*REQUIREMENT*. For the material below, output exactly the span from the line with "Circle(SKETCH4_R)" to the line with "# Mirror2: Boss-Extrude2, Cut-Extrude2", including both, and nothing besides.

*DATA RECORDS*.
[Start of section]

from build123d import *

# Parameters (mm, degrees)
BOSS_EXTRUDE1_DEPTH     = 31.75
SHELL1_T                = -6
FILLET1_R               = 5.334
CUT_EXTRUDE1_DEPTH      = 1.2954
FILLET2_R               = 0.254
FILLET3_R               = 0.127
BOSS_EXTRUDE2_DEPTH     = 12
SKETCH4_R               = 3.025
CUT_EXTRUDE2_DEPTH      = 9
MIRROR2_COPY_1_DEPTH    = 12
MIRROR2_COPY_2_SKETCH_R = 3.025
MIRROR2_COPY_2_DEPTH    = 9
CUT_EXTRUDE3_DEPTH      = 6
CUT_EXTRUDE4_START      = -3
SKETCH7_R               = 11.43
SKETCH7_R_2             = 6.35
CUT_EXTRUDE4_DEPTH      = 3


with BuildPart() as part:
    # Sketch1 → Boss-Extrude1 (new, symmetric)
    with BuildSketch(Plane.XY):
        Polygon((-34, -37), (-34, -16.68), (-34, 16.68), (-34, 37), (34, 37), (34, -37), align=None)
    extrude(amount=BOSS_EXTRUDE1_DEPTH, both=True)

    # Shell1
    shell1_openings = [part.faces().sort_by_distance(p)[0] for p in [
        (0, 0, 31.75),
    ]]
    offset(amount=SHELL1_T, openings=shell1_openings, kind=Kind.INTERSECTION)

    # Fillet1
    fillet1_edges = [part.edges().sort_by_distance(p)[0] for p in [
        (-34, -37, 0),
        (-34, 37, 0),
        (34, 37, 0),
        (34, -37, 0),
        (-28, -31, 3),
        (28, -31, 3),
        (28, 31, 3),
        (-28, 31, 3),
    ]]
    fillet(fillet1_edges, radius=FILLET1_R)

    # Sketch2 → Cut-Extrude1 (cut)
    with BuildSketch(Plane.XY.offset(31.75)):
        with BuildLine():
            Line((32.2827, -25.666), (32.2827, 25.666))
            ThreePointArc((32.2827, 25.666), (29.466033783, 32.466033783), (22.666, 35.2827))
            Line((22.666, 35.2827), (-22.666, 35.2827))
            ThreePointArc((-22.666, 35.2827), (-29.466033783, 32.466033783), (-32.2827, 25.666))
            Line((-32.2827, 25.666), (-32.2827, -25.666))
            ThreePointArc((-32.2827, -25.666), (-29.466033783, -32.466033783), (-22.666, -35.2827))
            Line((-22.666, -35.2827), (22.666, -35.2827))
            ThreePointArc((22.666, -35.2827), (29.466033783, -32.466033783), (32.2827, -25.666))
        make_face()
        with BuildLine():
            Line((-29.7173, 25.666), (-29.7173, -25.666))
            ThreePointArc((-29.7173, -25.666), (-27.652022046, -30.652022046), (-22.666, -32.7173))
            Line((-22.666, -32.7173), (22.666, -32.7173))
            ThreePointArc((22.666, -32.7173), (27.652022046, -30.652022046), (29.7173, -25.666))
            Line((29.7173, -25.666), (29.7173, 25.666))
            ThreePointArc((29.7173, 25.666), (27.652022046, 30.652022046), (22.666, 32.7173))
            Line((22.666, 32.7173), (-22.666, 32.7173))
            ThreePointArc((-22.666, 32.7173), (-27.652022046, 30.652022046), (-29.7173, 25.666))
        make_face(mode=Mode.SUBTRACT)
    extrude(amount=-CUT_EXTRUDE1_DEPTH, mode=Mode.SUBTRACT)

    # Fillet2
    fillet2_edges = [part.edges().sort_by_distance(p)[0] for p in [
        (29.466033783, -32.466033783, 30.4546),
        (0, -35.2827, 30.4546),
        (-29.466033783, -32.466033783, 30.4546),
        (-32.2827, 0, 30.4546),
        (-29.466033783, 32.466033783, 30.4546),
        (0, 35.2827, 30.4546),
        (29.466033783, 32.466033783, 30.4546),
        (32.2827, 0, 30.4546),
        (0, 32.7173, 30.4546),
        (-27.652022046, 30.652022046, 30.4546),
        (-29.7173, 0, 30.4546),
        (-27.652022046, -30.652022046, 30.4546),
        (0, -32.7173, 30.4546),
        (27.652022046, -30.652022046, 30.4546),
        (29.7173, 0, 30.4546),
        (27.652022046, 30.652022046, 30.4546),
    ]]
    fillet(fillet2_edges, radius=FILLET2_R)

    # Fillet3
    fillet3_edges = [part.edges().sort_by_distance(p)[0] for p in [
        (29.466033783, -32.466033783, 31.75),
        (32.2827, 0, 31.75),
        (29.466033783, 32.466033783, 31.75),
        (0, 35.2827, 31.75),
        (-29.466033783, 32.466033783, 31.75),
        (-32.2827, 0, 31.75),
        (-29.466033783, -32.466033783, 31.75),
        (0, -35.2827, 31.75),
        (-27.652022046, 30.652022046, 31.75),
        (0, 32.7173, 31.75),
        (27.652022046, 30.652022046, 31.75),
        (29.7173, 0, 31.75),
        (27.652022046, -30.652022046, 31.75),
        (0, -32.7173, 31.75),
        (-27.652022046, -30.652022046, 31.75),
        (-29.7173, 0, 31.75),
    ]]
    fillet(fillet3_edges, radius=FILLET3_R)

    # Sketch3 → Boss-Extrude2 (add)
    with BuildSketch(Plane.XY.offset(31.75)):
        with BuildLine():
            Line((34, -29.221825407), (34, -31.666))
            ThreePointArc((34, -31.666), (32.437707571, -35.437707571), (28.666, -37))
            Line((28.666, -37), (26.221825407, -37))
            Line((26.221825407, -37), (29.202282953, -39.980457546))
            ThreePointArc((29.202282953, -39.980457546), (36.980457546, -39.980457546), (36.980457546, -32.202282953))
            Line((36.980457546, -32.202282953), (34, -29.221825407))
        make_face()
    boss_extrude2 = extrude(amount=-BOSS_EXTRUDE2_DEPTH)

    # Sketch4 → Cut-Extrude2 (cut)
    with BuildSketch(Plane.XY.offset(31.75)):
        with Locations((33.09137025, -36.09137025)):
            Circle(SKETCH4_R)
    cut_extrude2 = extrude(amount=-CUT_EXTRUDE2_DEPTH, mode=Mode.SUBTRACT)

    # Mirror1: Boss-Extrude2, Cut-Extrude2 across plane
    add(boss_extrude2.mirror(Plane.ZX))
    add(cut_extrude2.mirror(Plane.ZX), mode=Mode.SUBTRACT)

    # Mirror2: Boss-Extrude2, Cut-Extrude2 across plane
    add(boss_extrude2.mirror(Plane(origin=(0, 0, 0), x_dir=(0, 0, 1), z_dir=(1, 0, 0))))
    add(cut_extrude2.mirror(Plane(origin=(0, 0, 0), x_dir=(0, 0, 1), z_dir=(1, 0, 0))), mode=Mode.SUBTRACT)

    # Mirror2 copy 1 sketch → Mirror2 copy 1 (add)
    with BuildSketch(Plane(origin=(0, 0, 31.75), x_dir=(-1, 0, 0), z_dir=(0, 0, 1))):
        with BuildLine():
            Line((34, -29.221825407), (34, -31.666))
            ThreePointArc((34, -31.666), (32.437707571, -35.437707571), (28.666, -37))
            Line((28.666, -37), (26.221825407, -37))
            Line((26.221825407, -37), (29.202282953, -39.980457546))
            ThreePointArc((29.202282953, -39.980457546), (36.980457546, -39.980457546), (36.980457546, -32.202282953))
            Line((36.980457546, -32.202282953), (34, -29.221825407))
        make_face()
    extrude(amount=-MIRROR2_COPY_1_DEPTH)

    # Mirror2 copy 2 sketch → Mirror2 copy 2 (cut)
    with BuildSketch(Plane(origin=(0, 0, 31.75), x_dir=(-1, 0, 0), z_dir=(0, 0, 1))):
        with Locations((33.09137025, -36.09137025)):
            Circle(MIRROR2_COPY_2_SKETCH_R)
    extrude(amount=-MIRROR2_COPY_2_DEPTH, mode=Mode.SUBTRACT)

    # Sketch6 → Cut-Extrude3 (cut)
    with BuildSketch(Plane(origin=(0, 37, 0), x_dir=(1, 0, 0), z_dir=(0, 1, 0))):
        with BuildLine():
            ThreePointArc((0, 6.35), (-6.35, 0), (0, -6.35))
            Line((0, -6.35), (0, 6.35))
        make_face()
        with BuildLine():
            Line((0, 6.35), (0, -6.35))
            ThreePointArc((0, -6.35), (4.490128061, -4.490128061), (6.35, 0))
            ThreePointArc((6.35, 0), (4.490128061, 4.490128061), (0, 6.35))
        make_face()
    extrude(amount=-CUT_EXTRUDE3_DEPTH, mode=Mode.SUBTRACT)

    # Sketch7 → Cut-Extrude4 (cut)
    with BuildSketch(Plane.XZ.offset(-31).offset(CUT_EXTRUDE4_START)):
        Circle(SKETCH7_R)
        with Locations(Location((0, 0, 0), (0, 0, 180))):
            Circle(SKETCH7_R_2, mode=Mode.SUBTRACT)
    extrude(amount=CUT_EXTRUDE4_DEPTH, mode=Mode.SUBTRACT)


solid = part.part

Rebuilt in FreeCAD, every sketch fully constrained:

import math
import FreeCAD as App
import Part
import Sketcher
Q = App.Units.Quantity


def edges_at(feature, points):
    """Names of the edges that pass closest to the given points."""
    edges = feature.Shape.Edges
    near = lambda p: min(range(len(edges)), key=lambda i: edges[i].distToShape(Part.Vertex(*p))[0])
    return sorted({f"Edge{near(p) + 1}" for p in points})


def faces_at(feature, points):
    """Names of the faces that lie closest to the given points."""
    faces = feature.Shape.Faces
    near = lambda p: min(range(len(faces)), key=lambda i: faces[i].distToShape(Part.Vertex(*p))[0])
    return sorted({f"Face{near(p) + 1}" for p in points})

doc = App.newDocument("Part")
params = doc.addObject("Spreadsheet::Sheet", "Params")
for row, (alias, value) in enumerate([
    ("pad1_length", "2.5 in"),
    ("thickness_wall", "6 mm"),
    ("fillet_radius", "0.21 in"),
    ("pocket1_length", "0.051 in"),
    ("fillet2_radius", "0.01 in"),
    ("fillet3_radius", "0.005 in"),
    ("sketch3_radius", "0.21 in"),
    ("pad2_length", "12 mm"),
    ("pocket2_length", "9 mm"),
    ("sketch5_radius", "0.21 in"),
    ("pad3_length", "12 mm"),
    ("pocket3_length", "9 mm"),
    ("sketch7_radius", "0.25 in"),
    ("pocket4_length", "6 mm"),
    ("sketch8_diameter", "0.9 in"),
    ("sketch8_diameter2", "0.5 in"),
    ("pocket5_length", "3 mm"),
], start=1):
    params.set(f"A{row}", alias)
    params.set(f"B{row}", "=" + value)
    params.setAlias(f"B{row}", alias)

body = doc.addObject("PartDesign::Body", "Body")

# Sketch on XY plane
sketch1 = body.newObject("Sketcher::SketchObject", "Sketch")
sketch1.AttachmentSupport = (doc.getObject("XY_Plane"), [""])
sketch1.MapMode = "FlatFace"
sketch1.addGeometry([
    Part.LineSegment(App.Vector(-34, 37, 0), App.Vector(-34, -37, 0)),
    Part.LineSegment(App.Vector(-34, -37, 0), App.Vector(34, -37, 0)),
    Part.LineSegment(App.Vector(34, -37, 0), App.Vector(34, 37, 0)),
    Part.LineSegment(App.Vector(34, 37, 0), App.Vector(-34, 37, 0)),
], False)
sketch1.addConstraint([
    Sketcher.Constraint("Coincident", 0, 2, 1, 1),
    Sketcher.Constraint("Coincident", 1, 2, 2, 1),
    Sketcher.Constraint("Coincident", 2, 2, 3, 1),
    Sketcher.Constraint("Coincident", 3, 2, 0, 1),
    Sketcher.Constraint("Vertical", 0),
    Sketcher.Constraint("Horizontal", 1),
    Sketcher.Constraint("Vertical", 2),
    Sketcher.Constraint("Horizontal", 3),
    Sketcher.Constraint("Symmetric", 0, 2, 2, 2, -1, 1),
    Sketcher.Constraint("DistanceX", 1, 1, 1, 2, Q("68 mm")),
    Sketcher.Constraint("DistanceY", 0, 2, 0, 1, Q("74 mm")),
])
pad1 = body.newObject("PartDesign::Pad", "Pad")
pad1.Profile = sketch1
pad1.setExpression("Length", "Params.pad1_length")
pad1.Midplane = True
doc.recompute()

thickness = body.newObject("PartDesign::Thickness", "Thickness")
thickness.Base = (pad1, faces_at(pad1, [(0, 0, 31.75)]))
thickness.setExpression("Value", "Params.thickness_wall")
thickness.Reversed = True
thickness.Join = "Intersection"
doc.recompute()

fillet = body.newObject("PartDesign::Fillet", "Fillet")
fillet.Base = (thickness, edges_at(thickness, [
    (-34, -37, 0),
    (-34, 37, 0),
    (34, 37, 0),
    (34, -37, 0),
    (-28, -31, 3),
    (28, -31, 3),
    (28, 31, 3),
    (-28, 31, 3),
]))
fillet.setExpression("Radius", "Params.fillet_radius")

# Sketch on XY plane
sketch2 = body.newObject("Sketcher::SketchObject", "Sketch001")
sketch2.AttachmentSupport = (doc.getObject("XY_Plane"), [""])
sketch2.MapMode = "FlatFace"
sketch2.AttachmentOffset = App.Placement(App.Vector(0, 0, 1.25 * 25.4), App.Rotation())
sketch2.addGeometry([
    Part.LineSegment(App.Vector(32, -26, 0), App.Vector(32, 26, 0)),  # 0
    Part.ArcOfCircle(Part.Circle(App.Vector(23, 26, 0), App.Vector(0, 0, 1), 10), math.radians(0), math.radians(90)),  # 1
    Part.LineSegment(App.Vector(23, 35, 0), App.Vector(-23, 35, 0)),  # 2
    Part.ArcOfCircle(Part.Circle(App.Vector(-23, 26, 0), App.Vector(0, 0, 1), 10), math.radians(90), math.radians(180)),  # 3
    Part.LineSegment(App.Vector(-32, 26, 0), App.Vector(-32, -26, 0)),  # 4
    Part.ArcOfCircle(Part.Circle(App.Vector(-23, -26, 0), App.Vector(0, 0, 1), 10), math.radians(180), math.radians(270)),  # 5
    Part.LineSegment(App.Vector(-23, -35, 0), App.Vector(23, -35, 0)),  # 6
    Part.ArcOfCircle(Part.Circle(App.Vector(23, -26, 0), App.Vector(0, 0, 1), 10), math.radians(-90), math.radians(0)),  # 7
    Part.LineSegment(App.Vector(-30, -26, 0), App.Vector(-30, 26, 0)),  # 8
    Part.ArcOfCircle(Part.Circle(App.Vector(-23, 26, 0), App.Vector(0, 0, 1), 7), math.radians(90), math.radians(180)),  # 9
    Part.LineSegment(App.Vector(-23, 33, 0), App.Vector(23, 33, 0)),  # 10
    Part.ArcOfCircle(Part.Circle(App.Vector(23, 26, 0), App.Vector(0, 0, 1), 7), math.radians(0), math.radians(90)),  # 11
    Part.LineSegment(App.Vector(30, 26, 0), App.Vector(30, -26, 0)),  # 12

[End of section]

*SOLUTION FOR THIS PROBLEM*.
            Circle(SKETCH4_R)
    cut_extrude2 = extrude(amount=-CUT_EXTRUDE2_DEPTH, mode=Mode.SUBTRACT)

    # Mirror1: Boss-Extrude2, Cut-Extrude2 across plane
    add(boss_extrude2.mirror(Plane.ZX))
    add(cut_extrude2.mirror(Plane.ZX), mode=Mode.SUBTRACT)

    # Mirror2: Boss-Extrude2, Cut-Extrude2 across plane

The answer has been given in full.